(Stored data entries)
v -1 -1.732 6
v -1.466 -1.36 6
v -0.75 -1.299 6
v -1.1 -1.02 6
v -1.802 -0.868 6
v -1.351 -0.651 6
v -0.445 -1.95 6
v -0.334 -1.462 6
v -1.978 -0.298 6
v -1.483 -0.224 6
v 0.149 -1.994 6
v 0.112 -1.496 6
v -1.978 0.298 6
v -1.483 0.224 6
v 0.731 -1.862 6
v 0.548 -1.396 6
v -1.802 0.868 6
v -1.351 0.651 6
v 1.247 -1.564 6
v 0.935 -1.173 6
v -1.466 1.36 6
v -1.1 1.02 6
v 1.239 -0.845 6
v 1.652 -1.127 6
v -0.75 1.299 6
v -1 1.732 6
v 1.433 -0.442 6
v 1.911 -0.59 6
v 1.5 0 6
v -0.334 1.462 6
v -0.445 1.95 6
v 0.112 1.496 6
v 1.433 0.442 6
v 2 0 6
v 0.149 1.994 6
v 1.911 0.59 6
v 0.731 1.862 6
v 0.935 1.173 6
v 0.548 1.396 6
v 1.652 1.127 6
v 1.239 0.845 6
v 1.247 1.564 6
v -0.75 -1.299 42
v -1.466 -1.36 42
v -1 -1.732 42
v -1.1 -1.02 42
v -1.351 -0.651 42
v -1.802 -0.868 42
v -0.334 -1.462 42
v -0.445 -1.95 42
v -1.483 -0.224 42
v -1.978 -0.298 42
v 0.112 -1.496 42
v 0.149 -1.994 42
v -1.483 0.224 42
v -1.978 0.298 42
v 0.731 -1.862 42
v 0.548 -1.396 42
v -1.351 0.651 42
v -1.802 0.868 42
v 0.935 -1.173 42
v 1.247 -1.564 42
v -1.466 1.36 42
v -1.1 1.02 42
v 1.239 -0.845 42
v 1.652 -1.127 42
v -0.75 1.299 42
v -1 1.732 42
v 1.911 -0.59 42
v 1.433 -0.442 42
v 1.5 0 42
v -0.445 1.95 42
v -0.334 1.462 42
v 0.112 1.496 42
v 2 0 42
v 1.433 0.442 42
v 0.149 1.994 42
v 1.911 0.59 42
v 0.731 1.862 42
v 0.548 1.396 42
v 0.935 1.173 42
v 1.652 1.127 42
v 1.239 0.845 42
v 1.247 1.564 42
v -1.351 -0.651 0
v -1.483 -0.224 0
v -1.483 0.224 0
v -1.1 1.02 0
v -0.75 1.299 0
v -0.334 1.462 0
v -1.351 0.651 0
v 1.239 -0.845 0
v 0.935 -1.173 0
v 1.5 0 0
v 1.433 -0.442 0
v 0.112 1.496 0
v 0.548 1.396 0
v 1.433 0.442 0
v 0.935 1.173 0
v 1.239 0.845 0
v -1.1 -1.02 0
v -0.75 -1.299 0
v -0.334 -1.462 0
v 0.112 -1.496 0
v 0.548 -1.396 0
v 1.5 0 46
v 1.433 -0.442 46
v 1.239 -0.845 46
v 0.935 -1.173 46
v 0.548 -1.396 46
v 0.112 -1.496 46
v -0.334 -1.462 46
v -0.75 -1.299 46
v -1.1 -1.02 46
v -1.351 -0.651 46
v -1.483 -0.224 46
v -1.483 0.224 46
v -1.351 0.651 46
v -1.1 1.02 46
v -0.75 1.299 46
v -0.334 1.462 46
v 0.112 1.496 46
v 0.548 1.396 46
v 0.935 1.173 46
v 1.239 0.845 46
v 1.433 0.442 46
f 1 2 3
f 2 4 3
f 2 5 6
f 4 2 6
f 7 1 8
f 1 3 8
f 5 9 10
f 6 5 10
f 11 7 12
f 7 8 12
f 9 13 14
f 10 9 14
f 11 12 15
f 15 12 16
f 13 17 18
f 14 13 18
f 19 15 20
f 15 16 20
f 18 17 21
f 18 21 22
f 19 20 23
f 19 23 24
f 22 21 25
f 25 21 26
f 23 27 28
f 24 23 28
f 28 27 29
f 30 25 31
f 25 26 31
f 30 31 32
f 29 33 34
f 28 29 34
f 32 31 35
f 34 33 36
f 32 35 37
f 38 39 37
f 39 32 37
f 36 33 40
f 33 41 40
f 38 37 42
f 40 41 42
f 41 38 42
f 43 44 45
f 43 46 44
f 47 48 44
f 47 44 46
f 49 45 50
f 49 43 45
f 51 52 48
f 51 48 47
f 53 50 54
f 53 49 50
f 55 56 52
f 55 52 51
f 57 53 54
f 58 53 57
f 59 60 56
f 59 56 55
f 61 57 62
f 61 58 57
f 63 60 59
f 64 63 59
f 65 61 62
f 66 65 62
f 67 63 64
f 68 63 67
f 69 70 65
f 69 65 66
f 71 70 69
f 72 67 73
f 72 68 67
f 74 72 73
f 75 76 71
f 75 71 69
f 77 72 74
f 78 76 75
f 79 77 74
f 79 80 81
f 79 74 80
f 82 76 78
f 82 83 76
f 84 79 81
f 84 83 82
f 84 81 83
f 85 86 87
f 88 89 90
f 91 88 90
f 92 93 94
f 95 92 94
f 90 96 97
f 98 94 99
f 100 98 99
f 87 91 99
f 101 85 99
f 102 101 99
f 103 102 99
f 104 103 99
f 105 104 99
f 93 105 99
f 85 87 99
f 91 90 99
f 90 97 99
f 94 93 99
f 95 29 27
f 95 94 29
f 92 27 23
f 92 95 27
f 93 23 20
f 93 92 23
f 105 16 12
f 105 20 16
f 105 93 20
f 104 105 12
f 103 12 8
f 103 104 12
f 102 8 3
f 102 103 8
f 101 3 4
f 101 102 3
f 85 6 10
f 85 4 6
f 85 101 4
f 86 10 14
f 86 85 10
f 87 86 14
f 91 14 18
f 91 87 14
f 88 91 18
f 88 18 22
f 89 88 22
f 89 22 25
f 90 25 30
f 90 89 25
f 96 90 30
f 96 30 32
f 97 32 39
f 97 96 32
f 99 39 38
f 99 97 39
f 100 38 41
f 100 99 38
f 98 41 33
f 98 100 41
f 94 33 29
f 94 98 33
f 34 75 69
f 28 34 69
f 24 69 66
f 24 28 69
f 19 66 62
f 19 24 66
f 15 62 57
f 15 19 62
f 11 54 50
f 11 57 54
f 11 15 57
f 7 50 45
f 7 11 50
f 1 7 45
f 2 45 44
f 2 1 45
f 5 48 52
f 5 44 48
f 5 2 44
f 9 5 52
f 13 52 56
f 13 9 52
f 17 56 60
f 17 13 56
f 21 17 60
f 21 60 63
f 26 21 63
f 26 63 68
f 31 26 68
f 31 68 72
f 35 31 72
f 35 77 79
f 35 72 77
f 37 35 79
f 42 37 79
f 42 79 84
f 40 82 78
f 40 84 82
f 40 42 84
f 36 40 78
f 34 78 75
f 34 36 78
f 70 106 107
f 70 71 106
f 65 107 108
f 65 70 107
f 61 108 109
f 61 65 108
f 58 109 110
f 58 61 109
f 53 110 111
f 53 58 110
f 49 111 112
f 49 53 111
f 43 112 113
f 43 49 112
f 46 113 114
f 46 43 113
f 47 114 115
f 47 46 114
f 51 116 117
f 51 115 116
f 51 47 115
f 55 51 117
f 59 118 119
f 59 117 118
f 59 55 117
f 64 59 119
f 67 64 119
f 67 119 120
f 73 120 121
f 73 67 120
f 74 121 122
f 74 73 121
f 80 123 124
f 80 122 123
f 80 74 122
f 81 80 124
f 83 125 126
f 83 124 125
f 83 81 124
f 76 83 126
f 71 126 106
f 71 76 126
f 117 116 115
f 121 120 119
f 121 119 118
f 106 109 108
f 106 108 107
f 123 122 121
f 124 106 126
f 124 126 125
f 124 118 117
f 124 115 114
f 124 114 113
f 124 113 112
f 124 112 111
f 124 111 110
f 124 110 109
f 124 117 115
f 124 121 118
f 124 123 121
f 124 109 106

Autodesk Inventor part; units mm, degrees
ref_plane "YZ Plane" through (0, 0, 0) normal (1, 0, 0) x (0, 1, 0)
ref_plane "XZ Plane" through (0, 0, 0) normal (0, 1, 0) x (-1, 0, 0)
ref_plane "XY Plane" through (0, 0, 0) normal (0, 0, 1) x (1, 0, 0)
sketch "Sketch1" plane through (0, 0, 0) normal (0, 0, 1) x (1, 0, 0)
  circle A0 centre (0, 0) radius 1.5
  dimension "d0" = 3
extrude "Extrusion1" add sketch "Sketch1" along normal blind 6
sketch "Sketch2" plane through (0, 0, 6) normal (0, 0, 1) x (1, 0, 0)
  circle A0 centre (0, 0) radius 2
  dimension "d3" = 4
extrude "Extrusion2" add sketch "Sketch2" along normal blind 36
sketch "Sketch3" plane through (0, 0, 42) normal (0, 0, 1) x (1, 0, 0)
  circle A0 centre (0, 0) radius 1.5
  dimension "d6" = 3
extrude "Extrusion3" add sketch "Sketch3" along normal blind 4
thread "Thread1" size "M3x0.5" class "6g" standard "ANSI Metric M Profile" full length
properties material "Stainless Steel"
* * *
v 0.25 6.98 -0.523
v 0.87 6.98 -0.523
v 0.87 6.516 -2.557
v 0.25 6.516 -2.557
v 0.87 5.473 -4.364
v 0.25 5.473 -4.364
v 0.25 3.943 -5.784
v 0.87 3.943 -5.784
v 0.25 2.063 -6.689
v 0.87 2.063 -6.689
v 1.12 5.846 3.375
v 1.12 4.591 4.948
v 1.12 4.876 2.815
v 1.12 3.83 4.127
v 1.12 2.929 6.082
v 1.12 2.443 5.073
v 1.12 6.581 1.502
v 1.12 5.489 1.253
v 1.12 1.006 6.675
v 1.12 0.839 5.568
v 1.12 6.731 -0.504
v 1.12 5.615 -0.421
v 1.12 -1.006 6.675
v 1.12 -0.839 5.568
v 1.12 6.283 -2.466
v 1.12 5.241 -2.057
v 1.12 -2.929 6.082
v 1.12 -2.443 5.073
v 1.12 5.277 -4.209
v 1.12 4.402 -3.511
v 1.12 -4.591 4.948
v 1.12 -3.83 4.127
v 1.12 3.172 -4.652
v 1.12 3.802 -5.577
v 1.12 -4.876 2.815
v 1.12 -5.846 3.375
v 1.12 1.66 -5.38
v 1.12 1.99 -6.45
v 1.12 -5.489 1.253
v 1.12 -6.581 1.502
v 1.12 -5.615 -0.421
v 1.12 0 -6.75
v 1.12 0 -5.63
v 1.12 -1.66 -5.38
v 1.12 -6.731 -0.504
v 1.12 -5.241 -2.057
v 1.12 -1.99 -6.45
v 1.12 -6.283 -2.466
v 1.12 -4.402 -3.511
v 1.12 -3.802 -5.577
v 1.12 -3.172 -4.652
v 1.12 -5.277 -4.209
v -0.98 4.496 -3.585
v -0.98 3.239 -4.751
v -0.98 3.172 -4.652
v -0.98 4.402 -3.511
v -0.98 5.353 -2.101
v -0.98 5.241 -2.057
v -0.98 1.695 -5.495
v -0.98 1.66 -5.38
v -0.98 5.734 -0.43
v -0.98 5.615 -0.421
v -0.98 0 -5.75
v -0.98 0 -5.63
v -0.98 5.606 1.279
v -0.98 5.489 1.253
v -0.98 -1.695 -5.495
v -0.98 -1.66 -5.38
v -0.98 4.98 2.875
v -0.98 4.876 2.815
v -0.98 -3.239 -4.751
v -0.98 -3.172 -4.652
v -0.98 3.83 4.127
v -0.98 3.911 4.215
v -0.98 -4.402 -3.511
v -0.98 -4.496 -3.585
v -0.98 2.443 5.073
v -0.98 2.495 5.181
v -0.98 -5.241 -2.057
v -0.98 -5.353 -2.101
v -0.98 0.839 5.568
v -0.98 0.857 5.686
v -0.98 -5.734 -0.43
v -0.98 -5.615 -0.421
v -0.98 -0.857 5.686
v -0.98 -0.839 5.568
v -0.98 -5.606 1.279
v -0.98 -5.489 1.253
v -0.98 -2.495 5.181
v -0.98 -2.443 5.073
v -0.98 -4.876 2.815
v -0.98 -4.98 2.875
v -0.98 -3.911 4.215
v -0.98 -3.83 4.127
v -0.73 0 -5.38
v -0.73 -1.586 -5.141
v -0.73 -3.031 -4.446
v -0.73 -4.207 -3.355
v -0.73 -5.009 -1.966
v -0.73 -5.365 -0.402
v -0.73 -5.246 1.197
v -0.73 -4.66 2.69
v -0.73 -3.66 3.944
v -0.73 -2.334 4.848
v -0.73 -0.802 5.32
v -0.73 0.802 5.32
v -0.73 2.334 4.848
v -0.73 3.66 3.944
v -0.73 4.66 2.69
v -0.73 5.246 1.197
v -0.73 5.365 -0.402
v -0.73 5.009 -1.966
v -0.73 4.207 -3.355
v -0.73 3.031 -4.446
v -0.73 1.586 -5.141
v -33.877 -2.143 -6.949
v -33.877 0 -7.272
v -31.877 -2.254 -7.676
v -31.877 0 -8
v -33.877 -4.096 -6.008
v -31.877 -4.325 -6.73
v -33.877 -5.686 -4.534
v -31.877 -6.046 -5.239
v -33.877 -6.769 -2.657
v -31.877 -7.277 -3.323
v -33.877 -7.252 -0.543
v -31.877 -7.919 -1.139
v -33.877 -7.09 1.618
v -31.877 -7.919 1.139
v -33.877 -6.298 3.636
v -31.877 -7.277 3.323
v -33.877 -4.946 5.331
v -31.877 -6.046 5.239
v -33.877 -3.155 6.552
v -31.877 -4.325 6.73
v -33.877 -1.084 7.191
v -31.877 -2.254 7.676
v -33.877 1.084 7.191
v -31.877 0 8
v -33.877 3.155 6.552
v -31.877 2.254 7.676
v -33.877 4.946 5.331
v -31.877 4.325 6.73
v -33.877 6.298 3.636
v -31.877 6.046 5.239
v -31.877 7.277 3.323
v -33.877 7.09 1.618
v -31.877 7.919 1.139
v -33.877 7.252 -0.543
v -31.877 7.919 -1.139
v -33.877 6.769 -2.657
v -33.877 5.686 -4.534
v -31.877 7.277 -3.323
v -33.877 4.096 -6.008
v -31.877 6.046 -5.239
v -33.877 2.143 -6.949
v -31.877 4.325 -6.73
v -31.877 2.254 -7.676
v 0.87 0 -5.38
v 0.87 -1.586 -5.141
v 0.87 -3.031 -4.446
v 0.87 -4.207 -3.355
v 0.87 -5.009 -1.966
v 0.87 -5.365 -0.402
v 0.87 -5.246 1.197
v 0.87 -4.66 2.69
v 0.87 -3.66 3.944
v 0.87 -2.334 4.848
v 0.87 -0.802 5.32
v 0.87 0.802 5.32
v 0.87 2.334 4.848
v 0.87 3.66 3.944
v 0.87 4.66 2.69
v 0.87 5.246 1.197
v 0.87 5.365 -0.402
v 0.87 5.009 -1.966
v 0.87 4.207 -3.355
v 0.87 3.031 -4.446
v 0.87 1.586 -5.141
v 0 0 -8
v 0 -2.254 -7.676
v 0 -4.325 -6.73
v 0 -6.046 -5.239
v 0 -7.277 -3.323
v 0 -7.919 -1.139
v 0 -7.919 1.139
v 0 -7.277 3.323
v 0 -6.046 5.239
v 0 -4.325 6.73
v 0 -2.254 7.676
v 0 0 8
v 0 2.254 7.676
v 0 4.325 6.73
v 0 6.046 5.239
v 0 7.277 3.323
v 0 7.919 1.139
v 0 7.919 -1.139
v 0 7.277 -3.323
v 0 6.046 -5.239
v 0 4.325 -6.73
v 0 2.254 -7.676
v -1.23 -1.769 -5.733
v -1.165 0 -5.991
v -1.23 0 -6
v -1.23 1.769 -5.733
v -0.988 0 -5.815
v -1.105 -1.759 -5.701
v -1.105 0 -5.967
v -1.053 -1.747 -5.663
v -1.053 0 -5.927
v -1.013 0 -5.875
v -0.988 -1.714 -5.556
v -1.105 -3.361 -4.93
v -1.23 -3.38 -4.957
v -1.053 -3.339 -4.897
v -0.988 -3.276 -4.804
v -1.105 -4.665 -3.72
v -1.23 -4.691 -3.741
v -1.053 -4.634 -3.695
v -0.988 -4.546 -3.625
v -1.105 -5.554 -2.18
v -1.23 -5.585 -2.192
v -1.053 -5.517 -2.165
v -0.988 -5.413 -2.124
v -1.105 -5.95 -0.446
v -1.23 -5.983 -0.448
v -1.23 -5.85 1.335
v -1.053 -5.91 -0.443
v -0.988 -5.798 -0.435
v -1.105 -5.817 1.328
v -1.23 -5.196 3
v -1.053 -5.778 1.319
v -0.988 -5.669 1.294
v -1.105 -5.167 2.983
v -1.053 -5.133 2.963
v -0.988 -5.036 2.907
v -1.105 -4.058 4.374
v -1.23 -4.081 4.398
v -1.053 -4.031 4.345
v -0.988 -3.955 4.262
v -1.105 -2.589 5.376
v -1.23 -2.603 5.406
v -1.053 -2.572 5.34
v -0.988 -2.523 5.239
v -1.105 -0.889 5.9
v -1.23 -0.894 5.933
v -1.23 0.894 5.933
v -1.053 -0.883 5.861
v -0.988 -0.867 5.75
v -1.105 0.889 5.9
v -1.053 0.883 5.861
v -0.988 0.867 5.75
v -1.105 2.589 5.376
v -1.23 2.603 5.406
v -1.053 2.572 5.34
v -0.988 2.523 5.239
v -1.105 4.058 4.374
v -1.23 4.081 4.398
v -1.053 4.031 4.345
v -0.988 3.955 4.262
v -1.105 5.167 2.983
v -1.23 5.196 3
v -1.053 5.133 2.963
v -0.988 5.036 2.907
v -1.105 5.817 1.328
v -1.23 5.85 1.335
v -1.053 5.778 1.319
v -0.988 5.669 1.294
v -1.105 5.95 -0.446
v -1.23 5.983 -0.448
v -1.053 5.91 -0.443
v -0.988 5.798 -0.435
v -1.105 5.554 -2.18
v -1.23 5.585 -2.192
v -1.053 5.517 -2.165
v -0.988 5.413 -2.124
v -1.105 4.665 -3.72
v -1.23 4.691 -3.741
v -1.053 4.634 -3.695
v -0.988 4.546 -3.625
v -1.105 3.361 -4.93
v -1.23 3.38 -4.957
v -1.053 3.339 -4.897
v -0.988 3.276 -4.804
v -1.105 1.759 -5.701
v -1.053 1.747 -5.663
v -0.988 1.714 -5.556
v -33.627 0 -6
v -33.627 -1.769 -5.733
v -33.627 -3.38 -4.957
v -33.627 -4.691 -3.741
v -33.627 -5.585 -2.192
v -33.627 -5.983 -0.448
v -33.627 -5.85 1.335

• _Task requirements_
Please write out, exactly as they appear above, only the lines in the stretch from the line with "v -1.978 -0.298 6" through the line with "v 0.548 -1.396 0".

• _Task solution_
v -1.978 -0.298 6
v -1.483 -0.224 6
v 0.149 -1.994 6
v 0.112 -1.496 6
v -1.978 0.298 6
v -1.483 0.224 6
v 0.731 -1.862 6
v 0.548 -1.396 6
v -1.802 0.868 6
v -1.351 0.651 6
v 1.247 -1.564 6
v 0.935 -1.173 6
v -1.466 1.36 6
v -1.1 1.02 6
v 1.239 -0.845 6
v 1.652 -1.127 6
v -0.75 1.299 6
v -1 1.732 6
v 1.433 -0.442 6
v 1.911 -0.59 6
v 1.5 0 6
v -0.334 1.462 6
v -0.445 1.95 6
v 0.112 1.496 6
v 1.433 0.442 6
v 2 0 6
v 0.149 1.994 6
v 1.911 0.59 6
v 0.731 1.862 6
v 0.935 1.173 6
v 0.548 1.396 6
v 1.652 1.127 6
v 1.239 0.845 6
v 1.247 1.564 6
v -0.75 -1.299 42
v -1.466 -1.36 42
v -1 -1.732 42
v -1.1 -1.02 42
v -1.351 -0.651 42
v -1.802 -0.868 42
v -0.334 -1.462 42
v -0.445 -1.95 42
v -1.483 -0.224 42
v -1.978 -0.298 42
v 0.112 -1.496 42
v 0.149 -1.994 42
v -1.483 0.224 42
v -1.978 0.298 42
v 0.731 -1.862 42
v 0.548 -1.396 42
v -1.351 0.651 42
v -1.802 0.868 42
v 0.935 -1.173 42
v 1.247 -1.564 42
v -1.466 1.36 42
v -1.1 1.02 42
v 1.239 -0.845 42
v 1.652 -1.127 42
v -0.75 1.299 42
v -1 1.732 42
v 1.911 -0.59 42
v 1.433 -0.442 42
v 1.5 0 42
v -0.445 1.95 42
v -0.334 1.462 42
v 0.112 1.496 42
v 2 0 42
v 1.433 0.442 42
v 0.149 1.994 42
v 1.911 0.59 42
v 0.731 1.862 42
v 0.548 1.396 42
v 0.935 1.173 42
v 1.652 1.127 42
v 1.239 0.845 42
v 1.247 1.564 42
v -1.351 -0.651 0
v -1.483 -0.224 0
v -1.483 0.224 0
v -1.1 1.02 0
v -0.75 1.299 0
v -0.334 1.462 0
v -1.351 0.651 0
v 1.239 -0.845 0
v 0.935 -1.173 0
v 1.5 0 0
v 1.433 -0.442 0
v 0.112 1.496 0
v 0.548 1.396 0
v 1.433 0.442 0
v 0.935 1.173 0
v 1.239 0.845 0
v -1.1 -1.02 0
v -0.75 -1.299 0
v -0.334 -1.462 0
v 0.112 -1.496 0
v 0.548 -1.396 0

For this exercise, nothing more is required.